Etnograficzne imprezy organizują Centrum Rękodzieła Ludowego w Niemczynie oraz Podlaskie Muzeum Kultury Ludowej.
W Czarnej Wsi Kościelnej (ok. 30 km od Białegostoku) w dniach 29 kwietnia - 1 maja odbędzie się piknik etnograficzny - święto Szlaku Rękodzieła Ludowego Województwa Podlaskiego.
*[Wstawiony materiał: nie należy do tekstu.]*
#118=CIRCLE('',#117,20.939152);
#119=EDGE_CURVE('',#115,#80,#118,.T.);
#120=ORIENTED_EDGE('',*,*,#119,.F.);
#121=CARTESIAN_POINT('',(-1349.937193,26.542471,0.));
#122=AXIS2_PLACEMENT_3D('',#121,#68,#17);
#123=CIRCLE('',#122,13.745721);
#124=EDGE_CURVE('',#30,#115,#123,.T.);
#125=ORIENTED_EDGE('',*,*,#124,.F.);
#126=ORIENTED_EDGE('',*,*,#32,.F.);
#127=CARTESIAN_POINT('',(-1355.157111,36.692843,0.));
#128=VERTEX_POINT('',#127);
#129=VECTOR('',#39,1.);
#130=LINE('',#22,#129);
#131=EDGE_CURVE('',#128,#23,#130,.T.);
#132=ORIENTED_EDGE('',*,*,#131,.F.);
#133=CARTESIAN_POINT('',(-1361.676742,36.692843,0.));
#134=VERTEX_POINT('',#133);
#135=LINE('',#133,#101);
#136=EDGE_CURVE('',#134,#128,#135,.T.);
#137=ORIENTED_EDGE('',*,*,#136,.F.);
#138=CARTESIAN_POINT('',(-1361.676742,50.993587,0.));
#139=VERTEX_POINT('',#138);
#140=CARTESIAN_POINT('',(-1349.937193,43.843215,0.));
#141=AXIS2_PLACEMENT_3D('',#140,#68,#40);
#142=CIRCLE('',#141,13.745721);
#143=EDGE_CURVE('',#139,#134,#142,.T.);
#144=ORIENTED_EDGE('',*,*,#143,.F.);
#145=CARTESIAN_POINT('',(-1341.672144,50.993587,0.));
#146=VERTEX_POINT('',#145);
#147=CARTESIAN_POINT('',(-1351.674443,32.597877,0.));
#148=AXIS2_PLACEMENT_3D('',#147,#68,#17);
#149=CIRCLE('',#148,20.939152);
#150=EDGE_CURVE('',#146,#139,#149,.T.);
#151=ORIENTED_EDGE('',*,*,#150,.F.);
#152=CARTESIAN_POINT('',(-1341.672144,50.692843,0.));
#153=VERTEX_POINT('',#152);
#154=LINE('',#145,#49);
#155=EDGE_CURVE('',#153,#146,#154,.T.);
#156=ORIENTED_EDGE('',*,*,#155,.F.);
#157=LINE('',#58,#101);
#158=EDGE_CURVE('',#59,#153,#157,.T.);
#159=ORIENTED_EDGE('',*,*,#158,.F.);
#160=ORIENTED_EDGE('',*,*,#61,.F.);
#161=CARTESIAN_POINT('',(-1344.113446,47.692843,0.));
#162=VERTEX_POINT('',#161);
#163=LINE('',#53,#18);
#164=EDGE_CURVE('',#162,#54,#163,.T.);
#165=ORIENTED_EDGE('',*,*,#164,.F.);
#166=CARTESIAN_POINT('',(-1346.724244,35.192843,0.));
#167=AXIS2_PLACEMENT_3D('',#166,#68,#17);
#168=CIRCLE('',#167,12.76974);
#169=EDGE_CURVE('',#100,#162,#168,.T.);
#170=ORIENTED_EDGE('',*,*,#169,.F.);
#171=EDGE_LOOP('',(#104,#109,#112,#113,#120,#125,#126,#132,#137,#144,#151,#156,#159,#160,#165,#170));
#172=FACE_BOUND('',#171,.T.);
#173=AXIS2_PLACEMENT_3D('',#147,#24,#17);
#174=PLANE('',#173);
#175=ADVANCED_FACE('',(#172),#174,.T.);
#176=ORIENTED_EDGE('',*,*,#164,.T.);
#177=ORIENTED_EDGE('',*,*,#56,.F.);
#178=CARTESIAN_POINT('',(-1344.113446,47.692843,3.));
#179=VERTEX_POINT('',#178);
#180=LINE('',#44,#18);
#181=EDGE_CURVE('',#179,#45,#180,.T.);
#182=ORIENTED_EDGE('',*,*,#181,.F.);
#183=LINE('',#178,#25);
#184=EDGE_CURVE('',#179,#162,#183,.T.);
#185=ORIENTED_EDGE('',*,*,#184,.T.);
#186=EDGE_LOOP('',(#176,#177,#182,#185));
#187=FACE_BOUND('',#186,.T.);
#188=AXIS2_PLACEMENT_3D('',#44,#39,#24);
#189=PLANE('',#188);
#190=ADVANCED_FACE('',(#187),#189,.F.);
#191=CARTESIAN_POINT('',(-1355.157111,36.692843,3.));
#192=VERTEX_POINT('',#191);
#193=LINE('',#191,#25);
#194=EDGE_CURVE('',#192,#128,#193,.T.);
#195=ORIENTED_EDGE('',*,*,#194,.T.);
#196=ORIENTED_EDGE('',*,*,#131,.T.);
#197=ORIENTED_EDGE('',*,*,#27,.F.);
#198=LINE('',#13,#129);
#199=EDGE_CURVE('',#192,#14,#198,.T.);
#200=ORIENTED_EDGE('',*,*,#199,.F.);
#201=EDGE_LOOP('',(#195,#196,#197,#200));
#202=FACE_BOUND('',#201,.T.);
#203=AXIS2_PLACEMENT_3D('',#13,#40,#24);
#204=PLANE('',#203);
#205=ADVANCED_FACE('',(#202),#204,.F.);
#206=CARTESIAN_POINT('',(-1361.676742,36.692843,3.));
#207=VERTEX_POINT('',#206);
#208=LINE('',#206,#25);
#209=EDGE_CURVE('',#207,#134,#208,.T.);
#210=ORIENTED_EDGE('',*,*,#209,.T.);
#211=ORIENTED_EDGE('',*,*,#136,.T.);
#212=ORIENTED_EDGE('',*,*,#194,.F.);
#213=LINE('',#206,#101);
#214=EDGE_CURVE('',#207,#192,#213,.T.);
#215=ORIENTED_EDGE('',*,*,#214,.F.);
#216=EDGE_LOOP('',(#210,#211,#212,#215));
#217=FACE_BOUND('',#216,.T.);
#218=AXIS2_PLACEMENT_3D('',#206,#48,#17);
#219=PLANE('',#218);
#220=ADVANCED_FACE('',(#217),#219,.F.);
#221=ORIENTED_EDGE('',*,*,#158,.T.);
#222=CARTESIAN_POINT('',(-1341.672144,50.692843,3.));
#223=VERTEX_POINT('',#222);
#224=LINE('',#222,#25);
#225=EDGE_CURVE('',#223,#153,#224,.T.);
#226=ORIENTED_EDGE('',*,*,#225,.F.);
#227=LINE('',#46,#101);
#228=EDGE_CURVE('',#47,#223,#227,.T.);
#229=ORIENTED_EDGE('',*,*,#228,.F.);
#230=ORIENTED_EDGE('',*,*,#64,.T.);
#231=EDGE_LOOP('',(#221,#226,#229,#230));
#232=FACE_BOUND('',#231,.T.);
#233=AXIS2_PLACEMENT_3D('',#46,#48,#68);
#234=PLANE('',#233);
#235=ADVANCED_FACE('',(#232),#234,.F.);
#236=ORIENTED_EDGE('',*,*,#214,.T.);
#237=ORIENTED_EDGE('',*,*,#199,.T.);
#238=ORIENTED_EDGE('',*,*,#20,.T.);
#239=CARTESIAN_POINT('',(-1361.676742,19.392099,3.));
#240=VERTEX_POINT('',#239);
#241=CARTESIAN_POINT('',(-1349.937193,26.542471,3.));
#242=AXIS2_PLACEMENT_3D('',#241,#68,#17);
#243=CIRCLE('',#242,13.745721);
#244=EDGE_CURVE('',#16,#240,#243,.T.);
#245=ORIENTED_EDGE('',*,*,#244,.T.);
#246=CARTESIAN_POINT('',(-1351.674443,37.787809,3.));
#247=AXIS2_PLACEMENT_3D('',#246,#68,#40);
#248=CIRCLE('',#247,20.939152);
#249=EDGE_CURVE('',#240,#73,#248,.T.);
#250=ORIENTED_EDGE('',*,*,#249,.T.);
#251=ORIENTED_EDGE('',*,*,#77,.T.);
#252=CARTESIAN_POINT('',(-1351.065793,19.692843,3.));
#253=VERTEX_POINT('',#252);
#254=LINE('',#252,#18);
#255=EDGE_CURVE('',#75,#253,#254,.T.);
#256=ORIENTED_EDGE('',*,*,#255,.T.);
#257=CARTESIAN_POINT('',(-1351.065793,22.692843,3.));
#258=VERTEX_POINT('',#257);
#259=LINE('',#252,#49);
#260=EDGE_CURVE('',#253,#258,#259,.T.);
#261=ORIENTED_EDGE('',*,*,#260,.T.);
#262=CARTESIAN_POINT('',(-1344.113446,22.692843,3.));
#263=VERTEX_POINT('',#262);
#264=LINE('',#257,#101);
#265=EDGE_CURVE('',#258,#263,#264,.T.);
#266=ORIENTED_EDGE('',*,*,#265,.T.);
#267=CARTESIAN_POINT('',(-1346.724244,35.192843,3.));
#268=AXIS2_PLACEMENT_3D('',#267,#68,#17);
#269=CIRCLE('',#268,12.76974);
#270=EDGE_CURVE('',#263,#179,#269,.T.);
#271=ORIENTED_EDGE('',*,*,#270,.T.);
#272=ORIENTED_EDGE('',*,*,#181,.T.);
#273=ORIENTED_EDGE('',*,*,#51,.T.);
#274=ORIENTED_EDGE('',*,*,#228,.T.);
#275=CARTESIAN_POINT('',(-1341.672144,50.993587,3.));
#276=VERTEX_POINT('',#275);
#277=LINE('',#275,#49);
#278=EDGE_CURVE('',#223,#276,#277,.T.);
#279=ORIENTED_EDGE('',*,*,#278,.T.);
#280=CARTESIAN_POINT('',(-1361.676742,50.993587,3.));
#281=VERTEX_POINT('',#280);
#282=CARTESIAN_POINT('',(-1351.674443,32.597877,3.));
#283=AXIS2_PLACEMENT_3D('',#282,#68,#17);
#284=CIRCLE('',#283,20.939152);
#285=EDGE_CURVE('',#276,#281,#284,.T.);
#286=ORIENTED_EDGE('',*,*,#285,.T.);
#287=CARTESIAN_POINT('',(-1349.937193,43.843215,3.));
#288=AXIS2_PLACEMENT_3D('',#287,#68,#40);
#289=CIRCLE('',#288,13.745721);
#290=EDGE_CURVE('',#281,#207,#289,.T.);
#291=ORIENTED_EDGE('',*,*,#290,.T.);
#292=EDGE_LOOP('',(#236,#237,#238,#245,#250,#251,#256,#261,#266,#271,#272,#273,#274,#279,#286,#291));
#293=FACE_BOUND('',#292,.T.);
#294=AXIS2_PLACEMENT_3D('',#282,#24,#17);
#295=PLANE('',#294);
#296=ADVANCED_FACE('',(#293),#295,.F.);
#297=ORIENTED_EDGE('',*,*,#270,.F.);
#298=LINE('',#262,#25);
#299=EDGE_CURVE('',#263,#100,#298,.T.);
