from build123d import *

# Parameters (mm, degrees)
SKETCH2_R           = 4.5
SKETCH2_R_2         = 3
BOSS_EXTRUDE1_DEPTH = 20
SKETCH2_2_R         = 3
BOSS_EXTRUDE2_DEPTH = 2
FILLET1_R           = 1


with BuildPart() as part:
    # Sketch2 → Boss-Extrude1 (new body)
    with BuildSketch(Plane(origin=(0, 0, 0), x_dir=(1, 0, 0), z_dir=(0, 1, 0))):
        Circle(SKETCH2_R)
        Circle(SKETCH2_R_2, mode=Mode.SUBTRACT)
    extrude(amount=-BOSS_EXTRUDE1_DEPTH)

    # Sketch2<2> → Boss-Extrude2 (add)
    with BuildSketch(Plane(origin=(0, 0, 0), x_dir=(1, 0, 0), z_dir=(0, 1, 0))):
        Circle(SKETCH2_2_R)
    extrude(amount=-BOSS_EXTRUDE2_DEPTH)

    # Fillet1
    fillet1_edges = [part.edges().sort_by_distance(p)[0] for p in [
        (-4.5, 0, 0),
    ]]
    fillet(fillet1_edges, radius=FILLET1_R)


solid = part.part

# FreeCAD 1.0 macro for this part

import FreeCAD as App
import Part
import Sketcher
Q = App.Units.Quantity


def edges_at(feature, points):
    """Names of the edges that pass closest to the given points."""
    edges = feature.Shape.Edges
    near = lambda p: min(range(len(edges)), key=lambda i: edges[i].distToShape(Part.Vertex(*p))[0])
    return sorted({f"Edge{near(p) + 1}" for p in points})

doc = App.newDocument("Part")
body = doc.addObject("PartDesign::Body", "Body")

# Sketch on XZ plane
sketch1 = body.newObject("Sketcher::SketchObject", "Sketch")
sketch1.AttachmentSupport = (doc.getObject("XZ_Plane"), [""])
sketch1.MapMode = "FlatFace"
sketch1.addGeometry([
    Part.Circle(App.Vector(0, 0, 0), App.Vector(0, 0, 1), 4.5),
    Part.Circle(App.Vector(0, 0, 0), App.Vector(0, 0, 1), 3),
], False)
sketch1.addConstraint([
    Sketcher.Constraint("Coincident", 0, 3, -1, 1),
    Sketcher.Constraint("Coincident", 1, 3, -1, 1),
    Sketcher.Constraint("Diameter", 0, Q("9 mm")),
    Sketcher.Constraint("Diameter", 1, Q("6 mm")),
])
pad1 = body.newObject("PartDesign::Pad", "Pad")
pad1.Profile = sketch1
pad1.Length = 20

# Sketch on XZ plane
sketch2 = body.newObject("Sketcher::SketchObject", "Sketch001")
sketch2.AttachmentSupport = (doc.getObject("XZ_Plane"), [""])
sketch2.MapMode = "FlatFace"
sketch2.addGeometry(Part.Circle(App.Vector(0, 0, 0), App.Vector(0, 0, 1), 3), False)
sketch2.addConstraint([
    Sketcher.Constraint("Coincident", 0, 3, -1, 1),
    Sketcher.Constraint("Diameter", 0, Q("6 mm")),
])
pad2 = body.newObject("PartDesign::Pad", "Pad001")
pad2.Profile = sketch2
pad2.Length = 2
doc.recompute()

fillet = body.newObject("PartDesign::Fillet", "Fillet")
fillet.Base = (pad2, edges_at(pad2, [(-4.5, 0, 0)]))
fillet.Radius = 1

doc.recompute()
Impreza - jak mówią organizatorzy - ma promować najstarszy szlak etnograficzny w Polsce, opracowany i wdrożony w 1994 roku przez Dział Etnografii Muzeum Podlaskiego w Białymstoku. Szlak rękodzieła obejmuje ponad 20 najcenniejszych, zachowanych w regionie pracowni i ośrodków rękodzielniczych, kultywujących tradycyjne technologie i wzornictwo. Szlak jest otwarty cały rok, przyciąga tysiące turystów i miłośników sztuki ludowej z kraju i zagranicy.
Etnograficzny piknik będzie odbywał się w zagrodzie kowala i garncarzy wytwarzających ceramikę siwą w Czarnej Wsi Kościelnej. Miejscowość nazywana jest zagłębiem ceramicznym, gdzie znajdują się pokłady gliny. Zainteresowani będą mogli zwiedzić tam pracownie kowala oraz garncarzy, a także spróbować własnych sił przy kole garncarskim i nauczyć się toczenia garnców.
W pracowniach będą gościć też inni twórcy ludowi, których warsztaty znajdują się na szlaku. Będzie można spotkać się i porozmawiać z tkaczkami z Janowa, który słynie z tkaniny dwuosnowowej, łyżkarza z Zamczyska czy rzeźbiarzy z Sokółki.
Pisankarki z Lipska przygotowały warsztaty zdobienia wydmuszek woskiem. To tzw. batiki, czyli nanoszenie na wydmuszkę rozgrzanego wosku szpilką wbitą w specjalny kijek. Będzie można też nauczyć się robienia krajek, czyli zdobionych pasków tkaniny, którymi niegdyś ozdabiano brzegi strojów.
Na trzy pierwsze majowe dni w swoje progi zaprasza Podlaskie Muzeum Kultury Ludowej w Wasilkowie k. Białegostoku - na „Majówkę w Skansenie”. Jak informują organizatorzy, przygotowano atrakcję dla całych rodzin, „za sprawą których można będzie poczuć atmosferę przeszłości i doskonalić swoje zdolności manualne”.
Każdy dzień będzie przybliżał inne tradycje. 1 maja będzie poświęcony dawnej szkole; podczas warsztatów z kaligrafii będzie można spróbować swoich sił w pisaniu gęsim piórem. Kolejnego dnia, 2 maja, będzie można stworzyć własne prace malarskie inspirowane tradycyjnymi makatkami, czyli wyszywanymi w obrazki i sentencje materiałami, które niegdyś zdobiły ściany lub meble wiejskich chat.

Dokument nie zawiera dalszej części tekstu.